Extended Dislocations in Plastically Deformed Metallic Nanoparticles

1. Introduction

Nanomaterials with excellent mechanical properties have attracted significant nanoelectromechanical systems (NEMS) research interest as sensors, transducers and actuators [1–7]. Growing demand for nanomaterials has stimulated the study of their deformation mechanisms, which is helpful in understanding and/or guiding the experimental work.

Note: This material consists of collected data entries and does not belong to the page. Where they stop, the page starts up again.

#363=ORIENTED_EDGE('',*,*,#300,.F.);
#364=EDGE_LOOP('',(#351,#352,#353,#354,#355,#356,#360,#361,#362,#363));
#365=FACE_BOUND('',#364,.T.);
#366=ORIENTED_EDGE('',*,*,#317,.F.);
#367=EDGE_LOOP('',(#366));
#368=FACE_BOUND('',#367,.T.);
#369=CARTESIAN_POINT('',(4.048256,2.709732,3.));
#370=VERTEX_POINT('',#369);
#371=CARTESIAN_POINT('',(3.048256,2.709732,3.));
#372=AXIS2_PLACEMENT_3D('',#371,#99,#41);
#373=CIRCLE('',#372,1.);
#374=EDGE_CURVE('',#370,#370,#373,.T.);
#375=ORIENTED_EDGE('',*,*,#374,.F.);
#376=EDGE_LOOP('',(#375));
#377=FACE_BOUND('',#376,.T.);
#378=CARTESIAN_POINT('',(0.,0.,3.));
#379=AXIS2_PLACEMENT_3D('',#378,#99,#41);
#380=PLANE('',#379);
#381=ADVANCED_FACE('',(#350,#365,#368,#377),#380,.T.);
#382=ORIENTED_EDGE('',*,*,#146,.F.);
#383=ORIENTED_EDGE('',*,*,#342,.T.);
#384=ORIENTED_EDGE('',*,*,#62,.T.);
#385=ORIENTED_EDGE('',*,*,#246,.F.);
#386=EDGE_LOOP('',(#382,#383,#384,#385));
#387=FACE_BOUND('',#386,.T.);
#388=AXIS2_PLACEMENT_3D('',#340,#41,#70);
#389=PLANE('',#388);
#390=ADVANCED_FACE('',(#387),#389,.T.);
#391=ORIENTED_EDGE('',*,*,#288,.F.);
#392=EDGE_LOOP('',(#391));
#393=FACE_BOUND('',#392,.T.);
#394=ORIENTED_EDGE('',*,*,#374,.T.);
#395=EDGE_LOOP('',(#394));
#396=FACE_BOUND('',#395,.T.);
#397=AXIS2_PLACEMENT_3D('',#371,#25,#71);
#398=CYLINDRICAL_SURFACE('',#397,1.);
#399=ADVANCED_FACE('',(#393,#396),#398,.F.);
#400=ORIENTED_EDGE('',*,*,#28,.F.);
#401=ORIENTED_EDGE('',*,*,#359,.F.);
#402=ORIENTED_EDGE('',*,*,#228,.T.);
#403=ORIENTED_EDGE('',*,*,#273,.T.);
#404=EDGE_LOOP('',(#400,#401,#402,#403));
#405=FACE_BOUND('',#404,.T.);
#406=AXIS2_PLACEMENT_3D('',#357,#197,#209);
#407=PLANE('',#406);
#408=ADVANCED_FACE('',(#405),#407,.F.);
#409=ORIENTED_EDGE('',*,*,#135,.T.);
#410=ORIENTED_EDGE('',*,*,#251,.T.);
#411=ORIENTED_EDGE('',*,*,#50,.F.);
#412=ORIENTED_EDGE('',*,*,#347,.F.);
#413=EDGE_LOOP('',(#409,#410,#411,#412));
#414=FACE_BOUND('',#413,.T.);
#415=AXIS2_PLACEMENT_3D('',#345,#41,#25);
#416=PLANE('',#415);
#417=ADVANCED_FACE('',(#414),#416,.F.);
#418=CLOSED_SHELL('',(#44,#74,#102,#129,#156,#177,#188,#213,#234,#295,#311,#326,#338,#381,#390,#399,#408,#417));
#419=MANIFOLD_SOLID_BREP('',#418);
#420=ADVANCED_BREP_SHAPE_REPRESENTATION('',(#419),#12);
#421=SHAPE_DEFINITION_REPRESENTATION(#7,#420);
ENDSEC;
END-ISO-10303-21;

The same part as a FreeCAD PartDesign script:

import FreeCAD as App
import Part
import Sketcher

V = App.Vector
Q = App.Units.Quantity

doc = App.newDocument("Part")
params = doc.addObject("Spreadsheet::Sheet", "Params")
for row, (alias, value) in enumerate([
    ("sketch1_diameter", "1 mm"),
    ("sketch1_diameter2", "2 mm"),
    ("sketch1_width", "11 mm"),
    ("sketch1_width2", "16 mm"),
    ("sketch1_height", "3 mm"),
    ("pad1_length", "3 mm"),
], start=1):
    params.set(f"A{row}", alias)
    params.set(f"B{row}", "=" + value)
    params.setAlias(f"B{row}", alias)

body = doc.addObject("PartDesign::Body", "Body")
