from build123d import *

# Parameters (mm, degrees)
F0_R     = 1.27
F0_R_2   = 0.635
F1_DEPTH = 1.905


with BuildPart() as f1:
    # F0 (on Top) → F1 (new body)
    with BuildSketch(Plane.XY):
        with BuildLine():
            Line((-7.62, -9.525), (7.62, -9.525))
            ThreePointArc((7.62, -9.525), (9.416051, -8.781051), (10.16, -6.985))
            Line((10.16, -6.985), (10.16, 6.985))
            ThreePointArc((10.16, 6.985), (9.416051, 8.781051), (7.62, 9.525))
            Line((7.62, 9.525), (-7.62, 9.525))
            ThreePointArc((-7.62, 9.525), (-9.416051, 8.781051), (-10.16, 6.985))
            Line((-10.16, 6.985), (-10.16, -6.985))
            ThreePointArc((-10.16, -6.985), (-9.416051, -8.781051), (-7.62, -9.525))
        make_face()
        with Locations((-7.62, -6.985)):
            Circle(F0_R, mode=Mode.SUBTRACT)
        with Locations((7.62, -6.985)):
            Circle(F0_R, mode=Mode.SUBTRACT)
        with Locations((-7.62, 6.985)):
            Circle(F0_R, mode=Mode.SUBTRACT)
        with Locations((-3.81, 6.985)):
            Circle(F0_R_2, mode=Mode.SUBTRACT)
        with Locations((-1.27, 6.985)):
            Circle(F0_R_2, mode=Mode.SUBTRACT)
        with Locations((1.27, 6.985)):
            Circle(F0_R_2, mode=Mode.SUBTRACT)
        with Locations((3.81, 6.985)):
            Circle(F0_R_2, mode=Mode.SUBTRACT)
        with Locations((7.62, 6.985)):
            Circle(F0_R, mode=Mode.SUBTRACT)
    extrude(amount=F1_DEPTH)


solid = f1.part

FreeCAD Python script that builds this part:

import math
import FreeCAD as App
import Part
import Sketcher
Q = App.Units.Quantity

doc = App.newDocument("Part")
body = doc.addObject("PartDesign::Body", "Body")

sketch1 = body.newObject("Sketcher::SketchObject", "Sketch")
sketch1.AttachmentSupport = (doc.getObject("XY_Plane"), [""])
sketch1.MapMode = "FlatFace"
sketch1.addGeometry(Part.LineSegment(App.Vector(-7.62, -9.525, 0), App.Vector(7.62, -9.525, 0)), False)
sketch1.addGeometry(Part.ArcOfCircle(Part.Circle(App.Vector(7.619999, -6.984999, 0), App.Vector(0, 0, 1), 2.540001), math.radians(-89.999983), math.radians(-0.000017)), False)
sketch1.addGeometry(Part.LineSegment(App.Vector(10.16, -6.985, 0), App.Vector(10.16, 6.985, 0)), False)
sketch1.addGeometry(Part.ArcOfCircle(Part.Circle(App.Vector(7.619999, 6.984999, 0), App.Vector(0, 0, 1), 2.540001), math.radians(0.000017), math.radians(89.999983)), False)
sketch1.addGeometry(Part.LineSegment(App.Vector(7.62, 9.525, 0), App.Vector(-7.62, 9.525, 0)), False)
sketch1.addGeometry(Part.ArcOfCircle(Part.Circle(App.Vector(-7.619999, 6.984999, 0), App.Vector(0, 0, 1), 2.540001), math.radians(90.000017), math.radians(179.999983)), False)
sketch1.addGeometry(Part.LineSegment(App.Vector(-10.16, 6.985, 0), App.Vector(-10.16, -6.985, 0)), False)
sketch1.addGeometry(Part.ArcOfCircle(Part.Circle(App.Vector(-7.619999, -6.984999, 0), App.Vector(0, 0, 1), 2.540001), math.radians(-179.999983), math.radians(-90.000017)), False)
sketch1.addGeometry(Part.Circle(App.Vector(-7.62, -6.985, 0), App.Vector(0, 0, 1), 1.27), False)
sketch1.addGeometry(Part.Circle(App.Vector(7.62, -6.985, 0), App.Vector(0, 0, 1), 1.27), False)
sketch1.addGeometry(Part.Circle(App.Vector(-7.62, 6.985, 0), App.Vector(0, 0, 1), 1.27), False)
sketch1.addGeometry(Part.Circle(App.Vector(-3.81, 6.985, 0), App.Vector(0, 0, 1), 0.635), False)
sketch1.addGeometry(Part.Circle(App.Vector(-1.27, 6.985, 0), App.Vector(0, 0, 1), 0.635), False)
sketch1.addGeometry(Part.Circle(App.Vector(1.27, 6.985, 0), App.Vector(0, 0, 1), 0.635), False)
sketch1.addGeometry(Part.Circle(App.Vector(3.81, 6.985, 0), App.Vector(0, 0, 1), 0.635), False)
sketch1.addGeometry(Part.Circle(App.Vector(7.62, 6.985, 0), App.Vector(0, 0, 1), 1.27), False)
sketch1.addConstraint(Sketcher.Constraint("Tangent", 0, 2, 1, 1))
sketch1.addConstraint(Sketcher.Constraint("Tangent", 1, 2, 2, 1))
sketch1.addConstraint(Sketcher.Constraint("Tangent", 2, 2, 3, 1))
sketch1.addConstraint(Sketcher.Constraint("Tangent", 3, 2, 4, 1))
sketch1.addConstraint(Sketcher.Constraint("Tangent", 4, 2, 5, 1))
sketch1.addConstraint(Sketcher.Constraint("Tangent", 5, 2, 6, 1))
sketch1.addConstraint(Sketcher.Constraint("Tangent", 6, 2, 7, 1))
sketch1.addConstraint(Sketcher.Constraint("Tangent", 7, 2, 0, 1))
sketch1.addConstraint(Sketcher.Constraint("Horizontal", 0))
sketch1.addConstraint(Sketcher.Constraint("Vertical", 2))
sketch1.addConstraint(Sketcher.Constraint("Horizontal", 4))
sketch1.addConstraint(Sketcher.Constraint("Vertical", 6))
sketch1.addConstraint(Sketcher.Constraint("Coincident", 8, 3, 7, 3))
sketch1.addConstraint(Sketcher.Constraint("Coincident", 9, 3, 1, 3))
sketch1.addConstraint(Sketcher.Constraint("Coincident", 10, 3, 5, 3))
sketch1.addConstraint(Sketcher.Constraint("Coincident", 15, 3, 3, 3))
sketch1.addConstraint(Sketcher.Constraint("Equal", 1, 3))
sketch1.addConstraint(Sketcher.Constraint("Equal", 3, 5))
sketch1.addConstraint(Sketcher.Constraint("Equal", 5, 7))
sketch1.addConstraint(Sketcher.Constraint("Equal", 8, 9))
sketch1.addConstraint(Sketcher.Constraint("Equal", 9, 10))
sketch1.addConstraint(Sketcher.Constraint("Equal", 11, 12))
sketch1.addConstraint(Sketcher.Constraint("Equal", 12, 13))
sketch1.addConstraint(Sketcher.Constraint("Equal", 13, 14))
sketch1.addConstraint(Sketcher.Constraint("Equal", 10, 15))
sketch1.addConstraint(Sketcher.Constraint("Symmetric", 1, 3, 5, 3, -1, 1))
sketch1.addConstraint(Sketcher.Constraint("Symmetric", 12, 3, 13, 3, -2))
sketch1.addConstraint(Sketcher.Constraint("Symmetric", 11, 3, 14, 3, -2))
sketch1.addConstraint(Sketcher.Constraint("Horizontal", 10, 3, 11, 3))
sketch1.addConstraint(Sketcher.Constraint("Horizontal", 11, 3, 12, 3))
sketch1.addConstraint(Sketcher.Constraint("Diameter", 8, Q("0.1 in")))
sketch1.addConstraint(Sketcher.Constraint("Radius", 1, Q("0.1 in")))
sketch1.addConstraint(Sketcher.Constraint("Diameter", 11, Q("0.05 in")))
sketch1.addConstraint(Sketcher.Constraint("DistanceX", 0, 1, 0, 2, Q("0.6 in")))
sketch1.addConstraint(Sketcher.Constraint("DistanceY", 2, 1, 2, 2, Q("0.55 in")))
sketch1.addConstraint(Sketcher.Constraint("DistanceX", 11, 3, 12, 3, Q("0.1 in")))
sketch1.addConstraint(Sketcher.Constraint("DistanceX", 12, 3, 13, 3, Q("0.1 in")))
pad1 = body.newObject("PartDesign::Pad", "Pad")
pad1.Profile = sketch1
pad1.Length = Q("0.075 in")

doc.recompute()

Due to the large surface-to-volume ratio of nanomaterials, their deformation defects are different to those of bulks. It has been reported that Shockley partial dislocations have smaller critical nucleation shear stress than that of other dislocations when the size of metallic materials is reduced to a nanoscale [8, 9]. Scientists have discovered that Shockley partial dislocations nucleated and slid the free surface of metallic nanowires or the grain boundary of nanocrystallines, leaving stacking faults or twins [8–10]. To our knowledge, however, studies on nucleation for single crystalline nanoparticles (NPs) are scarce. Recently, Sun et al. [11] investigated the deformation behaviour of sub-crystalline silver particles (10 nm) and found that liquidlike pseudoelasticity is driven by surface diffusion of NPs and external-loading media, instead of internal dislocations. The deformation temperature is important to induce the recoverable surface-diffusion process, which inspires us to investigate the deformation of NPs at low temperatures, where the temperature-dominated surface diffusion will not be particularly active. Although some advanced experimental methods such as in-situ Scanning Probe Microscopy (SPM) and Transmission Electron Microscope (TEM) have been performed to deform NPs, the theoretical study of their deformation mechanisms, which are inexpensive and save time, is still a good choice [4, 12]. Using an electron beam during normal imaging may accelerate the diffusion of atoms on free surfaces, which misleads the observation [13, 14]. In this circumstance, atomic simulation is still a good candidate for studying the deformation of NPs. In our previous work, the deformation mechanism of core/shell-type NPs was studied using atomic simulation and we found that twins are the main defects in face-centred-cubic (FCC) metallic materials resulting from the ultrahigh atomic stress in the core/shell boundary [15]. In the present work, the compressive deformation of FCC metallic NPs was investigated using molecular dynamics (MD) to reveal their deformation mechanism.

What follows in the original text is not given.